If you do have to build your own hardware for some reason, look at the vendors producing Facebook's OpenCompute hardware.

--
You received this message because you are subscribed to the Google Groups "mechanical-sympathy" group.
To unsubscribe from this group and stop receiving emails from it, send an email to mechanical-symp...@googlegroups.com.
For more options, visit https://groups.google.com/d/optout.



--
Jonathan Yu @jawnsy on LinkedInTwitterGitHubFacebook
“Ever tried. Ever failed. No matter. Try again. Fail again. Fail better.” — Samuel Beckett, Worstward Ho (1983) 

“In an adaptive environment, winning comes from adapting to change by continuously experimenting and identifying new options more quickly and economically than others. The classical strategist's mantra of sustainable competitive advantage becomes one of serial temporary advantage.” — Navigating the Dozens of Different Strategy Options (HBR)

Theodore Omtzigt

unread,
Apr 7, 2016, 8:09:12 AM4/7/16
to mechanical-sympathy
We have some serious (Intel) gear that might be of interest to you, and I would love to help: our speciality is building hardware accelerators for critical applications, this could be an interesting hunting ground for us.

ymo

unread,
Apr 8, 2016, 7:24:30 AM4/8/16
to mechanical-sympathy
just Great ! wonder how you want to do this ?

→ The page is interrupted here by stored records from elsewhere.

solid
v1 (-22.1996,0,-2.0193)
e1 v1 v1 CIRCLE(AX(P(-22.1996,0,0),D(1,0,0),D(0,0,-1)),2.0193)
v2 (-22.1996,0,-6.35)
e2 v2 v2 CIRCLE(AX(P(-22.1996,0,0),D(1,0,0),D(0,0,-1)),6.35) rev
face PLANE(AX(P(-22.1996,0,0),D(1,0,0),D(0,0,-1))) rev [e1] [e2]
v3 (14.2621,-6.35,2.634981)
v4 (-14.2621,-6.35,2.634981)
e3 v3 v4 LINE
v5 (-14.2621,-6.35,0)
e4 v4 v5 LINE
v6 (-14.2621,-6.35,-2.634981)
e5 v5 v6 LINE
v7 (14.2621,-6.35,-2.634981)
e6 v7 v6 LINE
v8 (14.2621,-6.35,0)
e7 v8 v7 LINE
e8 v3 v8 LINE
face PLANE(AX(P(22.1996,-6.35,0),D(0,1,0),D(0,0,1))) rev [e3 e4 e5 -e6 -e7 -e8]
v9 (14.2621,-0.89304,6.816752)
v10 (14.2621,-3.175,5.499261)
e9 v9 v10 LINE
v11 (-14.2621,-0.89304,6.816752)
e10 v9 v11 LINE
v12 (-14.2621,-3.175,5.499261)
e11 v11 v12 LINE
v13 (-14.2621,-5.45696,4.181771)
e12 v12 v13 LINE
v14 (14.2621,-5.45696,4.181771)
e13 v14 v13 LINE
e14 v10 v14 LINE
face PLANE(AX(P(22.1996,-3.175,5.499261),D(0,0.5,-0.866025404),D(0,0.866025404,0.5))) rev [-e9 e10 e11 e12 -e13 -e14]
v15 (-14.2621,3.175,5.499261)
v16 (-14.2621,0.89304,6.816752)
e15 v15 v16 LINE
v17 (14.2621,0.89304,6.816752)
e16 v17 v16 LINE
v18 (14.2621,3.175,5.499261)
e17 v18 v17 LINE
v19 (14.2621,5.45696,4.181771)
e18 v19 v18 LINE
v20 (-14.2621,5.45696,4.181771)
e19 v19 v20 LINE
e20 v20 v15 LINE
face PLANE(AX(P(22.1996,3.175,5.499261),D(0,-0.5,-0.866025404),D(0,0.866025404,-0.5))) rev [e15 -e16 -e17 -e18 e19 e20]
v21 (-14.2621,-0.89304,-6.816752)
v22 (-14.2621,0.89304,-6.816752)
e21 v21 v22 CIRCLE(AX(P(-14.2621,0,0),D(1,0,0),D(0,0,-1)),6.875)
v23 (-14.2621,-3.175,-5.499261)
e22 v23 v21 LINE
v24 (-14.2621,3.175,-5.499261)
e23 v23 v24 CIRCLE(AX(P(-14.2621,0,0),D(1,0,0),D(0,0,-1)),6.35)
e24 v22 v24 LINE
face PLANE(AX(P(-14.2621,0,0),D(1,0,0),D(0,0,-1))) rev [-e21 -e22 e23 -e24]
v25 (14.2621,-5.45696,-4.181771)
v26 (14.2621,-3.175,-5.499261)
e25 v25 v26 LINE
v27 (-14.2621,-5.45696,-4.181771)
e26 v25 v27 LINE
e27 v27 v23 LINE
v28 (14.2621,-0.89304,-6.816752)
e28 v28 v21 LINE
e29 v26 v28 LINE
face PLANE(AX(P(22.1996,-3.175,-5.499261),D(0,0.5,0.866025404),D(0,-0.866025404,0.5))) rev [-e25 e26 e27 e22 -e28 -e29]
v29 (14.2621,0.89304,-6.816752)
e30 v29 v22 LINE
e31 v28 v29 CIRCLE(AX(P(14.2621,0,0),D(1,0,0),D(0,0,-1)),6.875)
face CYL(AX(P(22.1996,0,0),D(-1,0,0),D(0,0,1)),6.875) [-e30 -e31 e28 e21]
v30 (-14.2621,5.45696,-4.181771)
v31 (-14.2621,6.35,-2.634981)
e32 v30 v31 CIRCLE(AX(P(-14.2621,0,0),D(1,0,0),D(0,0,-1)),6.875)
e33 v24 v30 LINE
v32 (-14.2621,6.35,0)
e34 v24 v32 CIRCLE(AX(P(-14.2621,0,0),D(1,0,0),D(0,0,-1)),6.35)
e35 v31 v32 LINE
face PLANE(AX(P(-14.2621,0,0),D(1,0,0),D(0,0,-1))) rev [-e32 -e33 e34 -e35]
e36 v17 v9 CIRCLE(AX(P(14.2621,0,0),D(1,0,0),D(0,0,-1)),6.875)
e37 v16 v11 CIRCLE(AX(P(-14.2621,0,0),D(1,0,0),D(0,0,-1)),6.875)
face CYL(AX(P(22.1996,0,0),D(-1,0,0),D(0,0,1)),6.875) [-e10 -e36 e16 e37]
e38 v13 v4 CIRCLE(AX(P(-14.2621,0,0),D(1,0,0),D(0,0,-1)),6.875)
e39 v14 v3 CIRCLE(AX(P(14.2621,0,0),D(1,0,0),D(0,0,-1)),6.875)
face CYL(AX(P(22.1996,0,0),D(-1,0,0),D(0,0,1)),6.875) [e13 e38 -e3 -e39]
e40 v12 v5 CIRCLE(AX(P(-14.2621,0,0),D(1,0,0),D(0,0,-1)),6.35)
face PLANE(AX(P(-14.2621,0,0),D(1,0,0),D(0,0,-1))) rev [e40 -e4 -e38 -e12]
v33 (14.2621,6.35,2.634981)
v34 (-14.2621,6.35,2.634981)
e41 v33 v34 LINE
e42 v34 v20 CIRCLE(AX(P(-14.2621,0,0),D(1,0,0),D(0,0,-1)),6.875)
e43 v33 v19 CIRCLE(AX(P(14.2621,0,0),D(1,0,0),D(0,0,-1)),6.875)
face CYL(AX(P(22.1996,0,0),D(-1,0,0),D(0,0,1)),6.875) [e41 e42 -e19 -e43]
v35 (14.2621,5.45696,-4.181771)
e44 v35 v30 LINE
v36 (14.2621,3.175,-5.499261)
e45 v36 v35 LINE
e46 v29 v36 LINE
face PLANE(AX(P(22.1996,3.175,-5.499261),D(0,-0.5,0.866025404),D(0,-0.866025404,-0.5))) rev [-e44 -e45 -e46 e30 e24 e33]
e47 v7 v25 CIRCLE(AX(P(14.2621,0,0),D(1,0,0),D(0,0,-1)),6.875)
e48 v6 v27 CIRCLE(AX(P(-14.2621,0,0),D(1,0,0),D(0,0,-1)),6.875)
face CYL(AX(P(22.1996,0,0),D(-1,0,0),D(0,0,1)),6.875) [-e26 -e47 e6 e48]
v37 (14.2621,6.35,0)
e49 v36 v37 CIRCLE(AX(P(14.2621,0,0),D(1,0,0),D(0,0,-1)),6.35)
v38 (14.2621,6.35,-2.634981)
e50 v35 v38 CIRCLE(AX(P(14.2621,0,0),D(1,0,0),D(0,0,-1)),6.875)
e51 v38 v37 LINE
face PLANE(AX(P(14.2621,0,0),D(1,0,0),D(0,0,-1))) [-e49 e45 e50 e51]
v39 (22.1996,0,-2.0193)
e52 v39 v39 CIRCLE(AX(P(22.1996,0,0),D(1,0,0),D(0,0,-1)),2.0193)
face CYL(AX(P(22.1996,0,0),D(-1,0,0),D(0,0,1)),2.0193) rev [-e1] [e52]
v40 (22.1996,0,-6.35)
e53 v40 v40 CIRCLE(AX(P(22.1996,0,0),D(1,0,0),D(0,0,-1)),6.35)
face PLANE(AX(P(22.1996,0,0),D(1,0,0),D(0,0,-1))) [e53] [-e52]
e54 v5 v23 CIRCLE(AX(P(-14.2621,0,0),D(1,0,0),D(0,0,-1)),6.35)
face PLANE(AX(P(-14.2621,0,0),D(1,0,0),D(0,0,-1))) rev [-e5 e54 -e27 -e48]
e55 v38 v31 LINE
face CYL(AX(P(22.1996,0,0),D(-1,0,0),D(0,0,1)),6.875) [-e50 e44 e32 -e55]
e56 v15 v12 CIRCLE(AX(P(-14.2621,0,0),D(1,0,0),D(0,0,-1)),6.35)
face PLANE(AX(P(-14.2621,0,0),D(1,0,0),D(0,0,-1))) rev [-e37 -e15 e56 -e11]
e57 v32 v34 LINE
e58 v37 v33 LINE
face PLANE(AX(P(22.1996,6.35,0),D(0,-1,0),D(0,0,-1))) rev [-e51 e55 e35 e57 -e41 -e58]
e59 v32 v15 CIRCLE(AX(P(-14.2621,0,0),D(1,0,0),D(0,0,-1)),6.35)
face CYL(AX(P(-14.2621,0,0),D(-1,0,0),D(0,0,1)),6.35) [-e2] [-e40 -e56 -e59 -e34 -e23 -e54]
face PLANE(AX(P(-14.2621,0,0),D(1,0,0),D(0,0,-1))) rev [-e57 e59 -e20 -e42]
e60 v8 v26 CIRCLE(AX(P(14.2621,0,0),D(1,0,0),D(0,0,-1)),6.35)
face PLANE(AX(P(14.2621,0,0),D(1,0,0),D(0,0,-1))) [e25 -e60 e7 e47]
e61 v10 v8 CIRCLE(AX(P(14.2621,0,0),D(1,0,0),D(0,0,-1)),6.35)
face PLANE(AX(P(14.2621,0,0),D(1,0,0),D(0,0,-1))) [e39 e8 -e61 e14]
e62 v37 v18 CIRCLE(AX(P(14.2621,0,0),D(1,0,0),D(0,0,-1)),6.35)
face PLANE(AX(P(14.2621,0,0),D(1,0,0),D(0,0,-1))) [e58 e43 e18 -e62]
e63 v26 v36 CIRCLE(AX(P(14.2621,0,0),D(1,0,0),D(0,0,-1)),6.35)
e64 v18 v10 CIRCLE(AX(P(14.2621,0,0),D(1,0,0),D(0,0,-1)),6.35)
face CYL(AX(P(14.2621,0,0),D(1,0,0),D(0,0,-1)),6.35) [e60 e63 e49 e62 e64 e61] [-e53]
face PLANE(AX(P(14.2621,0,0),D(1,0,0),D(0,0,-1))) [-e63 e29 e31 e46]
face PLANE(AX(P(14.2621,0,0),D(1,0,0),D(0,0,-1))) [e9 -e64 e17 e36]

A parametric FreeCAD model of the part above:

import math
import FreeCAD as App
import Part
import Sketcher
Q = App.Units.Quantity

doc = App.newDocument("Part")
body = doc.addObject("PartDesign::Body", "Body")

# Sketch on YZ plane
sketch1 = doc.addObject("Sketcher::SketchObject", "Sketch")
body.addObject(sketch1)
sketch1.AttachmentSupport = (doc.YZ_Plane, [""])
sketch1.MapMode = "FlatFace"
sketch1.addGeometry([
    Part.ArcOfCircle(Part.Circle(App.Vector(0, 0, 0), App.Vector(0, 0, 1), 6.9), math.radians(-37.46), math.radians(-22.54)),  # 0
    Part.LineSegment(App.Vector(6.3, -2.6, 0), App.Vector(6.3, 2.6, 0)),  # 1
    Part.ArcOfCircle(Part.Circle(App.Vector(0, 0, 0), App.Vector(0, 0, 1), 6.9), math.radians(22.54), math.radians(37.46)),  # 2
    Part.LineSegment(App.Vector(5.5, 4.2, 0), App.Vector(0.9, 6.8, 0)),  # 3
    Part.ArcOfCircle(Part.Circle(App.Vector(0, 0, 0), App.Vector(0, 0, 1), 6.9), math.radians(82.54), math.radians(97.46)),  # 4
    Part.LineSegment(App.Vector(-0.9, 6.8, 0), App.Vector(-5.5, 4.2, 0)),  # 5
    Part.ArcOfCircle(Part.Circle(App.Vector(0, 0, 0), App.Vector(0, 0, 1), 6.9), math.radians(142.54), math.radians(157.46)),  # 6
    Part.LineSegment(App.Vector(-6.3, 2.6, 0), App.Vector(-6.3, -2.6, 0)),  # 7
    Part.ArcOfCircle(Part.Circle(App.Vector(0, 0, 0), App.Vector(0, 0, 1), 6.9), math.radians(-157.46), math.radians(-142.54)),  # 8
    Part.LineSegment(App.Vector(-5.5, -4.2, 0), App.Vector(-0.9, -6.8, 0)),  # 9
    Part.ArcOfCircle(Part.Circle(App.Vector(0, 0, 0), App.Vector(0, 0, 1), 6.9), math.radians(-97.46), math.radians(-90)),  # 10
    Part.ArcOfCircle(Part.Circle(App.Vector(0, 0, 0), App.Vector(0, 0, 1), 6.9), math.radians(-90), math.radians(-82.54)),  # 11
    Part.LineSegment(App.Vector(0.9, -6.8, 0), App.Vector(5.5, -4.2, 0)),  # 12
    Part.Circle(App.Vector(0, 0, 0), App.Vector(0, 0, 1), 2),  # 13
], False)
sketch1.addConstraint([
    Sketcher.Constraint("Coincident", 0, 2, 1, 1),
    Sketcher.Constraint("Coincident", 1, 2, 2, 1),
    Sketcher.Constraint("Coincident", 2, 2, 3, 1),
    Sketcher.Constraint("Coincident", 3, 2, 4, 1),
    Sketcher.Constraint("Coincident", 4, 2, 5, 1),
    Sketcher.Constraint("Coincident", 5, 2, 6, 1),
    Sketcher.Constraint("Coincident", 6, 2, 7, 1),
    Sketcher.Constraint("Coincident", 7, 2, 8, 1),
    Sketcher.Constraint("Coincident", 8, 2, 9, 1),
    Sketcher.Constraint("Coincident", 9, 2, 10, 1),
    Sketcher.Constraint("Tangent", 10, 2, 11, 1),
    Sketcher.Constraint("Coincident", 11, 2, 12, 1),
    Sketcher.Constraint("Coincident", 12, 2, 0, 1),
    Sketcher.Constraint("Vertical", 1),
    Sketcher.Constraint("Vertical", 7),
    Sketcher.Constraint("Coincident", 0, 3, -1, 1),
    Sketcher.Constraint("Coincident", 2, 3, -1, 1),
    Sketcher.Constraint("Coincident", 4, 3, -1, 1),
    Sketcher.Constraint("Coincident", 6, 3, -1, 1),
    Sketcher.Constraint("Coincident", 8, 3, -1, 1),
    Sketcher.Constraint("Coincident", 10, 3, -1, 1),
    Sketcher.Constraint("Coincident", 13, 3, -1, 1),
    Sketcher.Constraint("Equal", 0, 2),
    Sketcher.Constraint("Equal", 2, 4),
    Sketcher.Constraint("Equal", 4, 6),
    Sketcher.Constraint("Equal", 6, 8),
    Sketcher.Constraint("Equal", 8, 10),
    Sketcher.Constraint("Equal", 10, 11),
    Sketcher.Constraint("PointOnObject", 10, 2, -2),
    Sketcher.Constraint("Parallel", 3, 9),
    Sketcher.Constraint("Parallel", 5, 12),
    Sketcher.Constraint("Horizontal", 3, 2, 4, 2),
    Sketcher.Constraint("Horizontal", 2, 2, 5, 2),
    Sketcher.Constraint("Horizontal", 1, 2, 6, 2),
    Sketcher.Constraint("Horizontal", 9, 2, 11, 2),
    Sketcher.Constraint("Vertical", 5, 2, 8, 2),
    Sketcher.Constraint("Diameter", 13, Q("0.159 in")),
    Sketcher.Constraint("Angle", 3, Q("150 deg")),
    Sketcher.Constraint("DistanceX", -1, 1, 0, 2, Q("0.25 in")),
    Sketcher.Constraint("Radius", 0, Q("6.875 mm")),
    Sketcher.Constraint("Distance", 3, Q("5.269962 mm")),
])
pad1 = doc.addObject("PartDesign::Pad", "Pad")
body.addObject(pad1)
pad1.Profile = sketch1
pad1.Length = Q("1.748 in")
pad1.Midplane = True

You can create the github repository yourself if you want more control on the code running on your machines. FTR I am not one the maintainers of aeron but you can also ask people to submit it into the aeron benchmarks then run them nightly on your machine(s) once the pull requests are accepted. What would be your preference ?

Regards.

Theodore Omtzigt

unread,
Apr 8, 2016, 10:39:07 AM4/8/16
to mechanical-sympathy
Can you point me to the 'stack', so that I can familiarize myself with the workflow. For example, I need a quick education regarding the relationship between aeron and techempower link you provided. It sounds like you have already thought about what would be a good setup and organization and comparison. As messaging frameworks are core architectural elements in a enterprise application, their quality and feature set are typically more important than raw performance; point in case, many of the Java ESBs out there. That feature set would need to be reflected in any benchmarking effort somehow. Just thinking about how to (perf) test any retry behavior should give anyone pause. This will have to be a community effort, so a public repo is a given. Please give me a brain dump of what you have been thinking about so far.

ymo

unread,
Apr 11, 2016, 11:52:25 AM4/11/16
to mechanical-sympathy
My interest currently resembles what is defined in a normal best case scenario. I understand that some people have "issues" with synthetic benchmarks. But for me if i can prove that something behaves in a certain fashion when i remove all the other white noise factors that are prevalent in normal applications then at least i have an upper bound to what i can expect the platform is capable of doing. So in all the benchmarks the ultimate motive is this simple question "What is the upper bound that i can expect given a known platform and compute nodes"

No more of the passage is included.